## [TASK INSTRUCTIONS]
From the data below, set down exactly the lines between the one holding "#31=PLANE('',#18);" and the one holding "#45=DIRECTION('',(0.,0.,-1.));", inclusive, and no others.

## [SUPPLIED DATA]
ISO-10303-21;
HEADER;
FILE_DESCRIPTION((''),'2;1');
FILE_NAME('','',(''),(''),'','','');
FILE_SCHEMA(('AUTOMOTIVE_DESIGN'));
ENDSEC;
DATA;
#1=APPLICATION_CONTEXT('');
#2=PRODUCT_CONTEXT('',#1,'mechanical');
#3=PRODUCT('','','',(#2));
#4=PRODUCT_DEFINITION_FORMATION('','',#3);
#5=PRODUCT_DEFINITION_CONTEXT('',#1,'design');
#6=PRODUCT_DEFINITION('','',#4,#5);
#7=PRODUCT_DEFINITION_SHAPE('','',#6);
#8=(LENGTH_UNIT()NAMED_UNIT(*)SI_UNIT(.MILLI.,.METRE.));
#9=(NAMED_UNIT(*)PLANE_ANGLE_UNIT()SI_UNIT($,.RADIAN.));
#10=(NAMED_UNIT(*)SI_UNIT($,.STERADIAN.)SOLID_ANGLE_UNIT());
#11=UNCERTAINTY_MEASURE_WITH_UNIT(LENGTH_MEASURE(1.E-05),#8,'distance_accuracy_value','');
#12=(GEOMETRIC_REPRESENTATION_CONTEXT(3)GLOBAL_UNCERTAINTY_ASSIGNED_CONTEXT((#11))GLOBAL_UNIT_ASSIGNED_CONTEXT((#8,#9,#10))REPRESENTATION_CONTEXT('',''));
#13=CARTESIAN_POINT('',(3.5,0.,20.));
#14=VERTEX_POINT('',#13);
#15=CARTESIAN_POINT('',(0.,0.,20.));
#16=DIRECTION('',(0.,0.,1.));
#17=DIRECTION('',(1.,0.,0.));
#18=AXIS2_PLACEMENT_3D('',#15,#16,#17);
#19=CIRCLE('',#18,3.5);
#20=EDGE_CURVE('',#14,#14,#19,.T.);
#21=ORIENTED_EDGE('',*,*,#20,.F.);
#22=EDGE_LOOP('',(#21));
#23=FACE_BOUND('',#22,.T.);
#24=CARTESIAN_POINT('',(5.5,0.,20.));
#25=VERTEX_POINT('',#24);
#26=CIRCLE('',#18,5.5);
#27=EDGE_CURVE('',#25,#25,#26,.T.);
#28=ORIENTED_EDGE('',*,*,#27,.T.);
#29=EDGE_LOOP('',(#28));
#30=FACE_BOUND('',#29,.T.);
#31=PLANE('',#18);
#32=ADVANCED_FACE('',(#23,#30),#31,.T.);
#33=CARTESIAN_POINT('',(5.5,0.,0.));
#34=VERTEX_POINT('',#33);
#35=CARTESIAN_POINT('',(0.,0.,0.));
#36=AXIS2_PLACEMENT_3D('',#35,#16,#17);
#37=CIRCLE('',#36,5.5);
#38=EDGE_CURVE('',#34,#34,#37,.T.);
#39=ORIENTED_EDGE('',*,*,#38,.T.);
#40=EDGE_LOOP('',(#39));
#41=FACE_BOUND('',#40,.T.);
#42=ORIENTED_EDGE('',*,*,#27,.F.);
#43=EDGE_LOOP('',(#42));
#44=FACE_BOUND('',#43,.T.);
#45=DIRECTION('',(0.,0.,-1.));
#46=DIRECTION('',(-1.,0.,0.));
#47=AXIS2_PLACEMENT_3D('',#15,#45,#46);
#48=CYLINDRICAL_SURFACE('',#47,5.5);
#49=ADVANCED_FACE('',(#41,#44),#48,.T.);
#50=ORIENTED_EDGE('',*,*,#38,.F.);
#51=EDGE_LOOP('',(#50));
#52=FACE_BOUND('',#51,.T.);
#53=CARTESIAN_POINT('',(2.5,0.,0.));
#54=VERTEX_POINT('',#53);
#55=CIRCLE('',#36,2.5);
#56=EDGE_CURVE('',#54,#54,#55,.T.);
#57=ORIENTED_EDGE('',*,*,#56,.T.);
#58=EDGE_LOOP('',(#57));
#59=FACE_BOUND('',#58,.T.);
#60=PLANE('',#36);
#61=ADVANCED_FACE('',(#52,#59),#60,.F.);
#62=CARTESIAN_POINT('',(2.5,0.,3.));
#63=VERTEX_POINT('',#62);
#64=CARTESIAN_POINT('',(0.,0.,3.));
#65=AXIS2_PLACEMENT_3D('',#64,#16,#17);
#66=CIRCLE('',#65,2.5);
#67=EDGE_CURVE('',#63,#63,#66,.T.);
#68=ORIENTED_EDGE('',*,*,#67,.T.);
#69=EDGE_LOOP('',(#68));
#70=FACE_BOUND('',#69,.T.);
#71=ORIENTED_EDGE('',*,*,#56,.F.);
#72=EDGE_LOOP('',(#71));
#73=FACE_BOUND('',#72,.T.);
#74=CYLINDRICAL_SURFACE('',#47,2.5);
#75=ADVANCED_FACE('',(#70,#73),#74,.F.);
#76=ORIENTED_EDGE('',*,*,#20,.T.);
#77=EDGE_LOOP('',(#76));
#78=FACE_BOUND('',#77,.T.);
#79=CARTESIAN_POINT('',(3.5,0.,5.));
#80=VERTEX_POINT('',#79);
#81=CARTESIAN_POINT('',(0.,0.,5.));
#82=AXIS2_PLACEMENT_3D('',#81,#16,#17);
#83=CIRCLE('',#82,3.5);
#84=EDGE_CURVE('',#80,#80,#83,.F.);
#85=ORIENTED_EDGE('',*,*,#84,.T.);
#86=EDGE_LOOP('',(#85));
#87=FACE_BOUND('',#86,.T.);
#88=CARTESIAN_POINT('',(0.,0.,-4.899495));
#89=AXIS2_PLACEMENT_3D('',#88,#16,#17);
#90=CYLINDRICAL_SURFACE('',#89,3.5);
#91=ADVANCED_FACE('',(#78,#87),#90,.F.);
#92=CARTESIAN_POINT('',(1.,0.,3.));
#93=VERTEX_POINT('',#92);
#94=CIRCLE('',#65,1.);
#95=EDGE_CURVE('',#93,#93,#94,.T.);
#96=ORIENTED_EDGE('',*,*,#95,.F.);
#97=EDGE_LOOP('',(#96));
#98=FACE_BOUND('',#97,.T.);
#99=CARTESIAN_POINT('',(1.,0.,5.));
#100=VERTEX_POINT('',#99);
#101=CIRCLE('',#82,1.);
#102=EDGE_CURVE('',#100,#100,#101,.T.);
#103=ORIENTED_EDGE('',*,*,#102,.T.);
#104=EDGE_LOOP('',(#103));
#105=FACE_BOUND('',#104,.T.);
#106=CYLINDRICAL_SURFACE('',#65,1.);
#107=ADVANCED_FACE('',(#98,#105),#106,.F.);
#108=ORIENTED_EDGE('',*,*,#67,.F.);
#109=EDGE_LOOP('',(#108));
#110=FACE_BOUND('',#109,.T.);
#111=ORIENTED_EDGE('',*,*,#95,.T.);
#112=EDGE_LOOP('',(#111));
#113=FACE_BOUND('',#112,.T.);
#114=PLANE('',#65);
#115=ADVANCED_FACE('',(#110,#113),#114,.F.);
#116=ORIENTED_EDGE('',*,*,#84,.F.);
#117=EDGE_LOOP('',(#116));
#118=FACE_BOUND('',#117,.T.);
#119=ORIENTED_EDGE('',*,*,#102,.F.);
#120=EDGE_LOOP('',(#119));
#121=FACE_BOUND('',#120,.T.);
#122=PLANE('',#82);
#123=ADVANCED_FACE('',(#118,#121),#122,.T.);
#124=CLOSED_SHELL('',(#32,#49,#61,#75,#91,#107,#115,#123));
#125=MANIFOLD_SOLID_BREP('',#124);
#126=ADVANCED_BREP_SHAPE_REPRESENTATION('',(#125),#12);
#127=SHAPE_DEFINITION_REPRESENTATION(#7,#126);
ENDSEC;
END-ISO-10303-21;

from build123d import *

# Parameters (mm, degrees)
SKETCH1_R           = 5.5
SKETCH1_R_2         = 2.5
BOSS_EXTRUDE1_DEPTH = 20
BOSS_EXTRUDE2_START = -17
SKETCH2_R           = 2.5
BOSS_EXTRUDE2_DEPTH = 2
SKETCH3_R           = 1
CUT_EXTRUDE1_DEPTH  = 2
SKETCH4_R           = 3.5
CUT_EXTRUDE3_DEPTH  = 15


with BuildPart() as part:
    # Sketch1 → Boss-Extrude1 (new body)
    with BuildSketch(Plane.XY):
        Circle(SKETCH1_R)
        Circle(SKETCH1_R_2, mode=Mode.SUBTRACT)
    extrude(amount=BOSS_EXTRUDE1_DEPTH)

    # Sketch2 → Boss-Extrude2 (add)
    with BuildSketch(Plane.XY.offset(20).offset(BOSS_EXTRUDE2_START)):
        Circle(SKETCH2_R)
    extrude(amount=BOSS_EXTRUDE2_DEPTH)

    # Sketch3 → Cut-Extrude1 (cut)
    with BuildSketch(Plane.XY.offset(5)):
        Circle(SKETCH3_R)
    extrude(amount=-CUT_EXTRUDE1_DEPTH, mode=Mode.SUBTRACT)

    # Sketch4 → Cut-Extrude3 (cut)
    with BuildSketch(Plane.XY.offset(20)):
        Circle(SKETCH4_R)
    extrude(amount=-CUT_EXTRUDE3_DEPTH, mode=Mode.SUBTRACT)


solid = part.part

## [ANSWER SECTION]
#31=PLANE('',#18);
#32=ADVANCED_FACE('',(#23,#30),#31,.T.);
#33=CARTESIAN_POINT('',(5.5,0.,0.));
#34=VERTEX_POINT('',#33);
#35=CARTESIAN_POINT('',(0.,0.,0.));
#36=AXIS2_PLACEMENT_3D('',#35,#16,#17);
#37=CIRCLE('',#36,5.5);
#38=EDGE_CURVE('',#34,#34,#37,.T.);
#39=ORIENTED_EDGE('',*,*,#38,.T.);
#40=EDGE_LOOP('',(#39));
#41=FACE_BOUND('',#40,.T.);
#42=ORIENTED_EDGE('',*,*,#27,.F.);
#43=EDGE_LOOP('',(#42));
#44=FACE_BOUND('',#43,.T.);
#45=DIRECTION('',(0.,0.,-1.));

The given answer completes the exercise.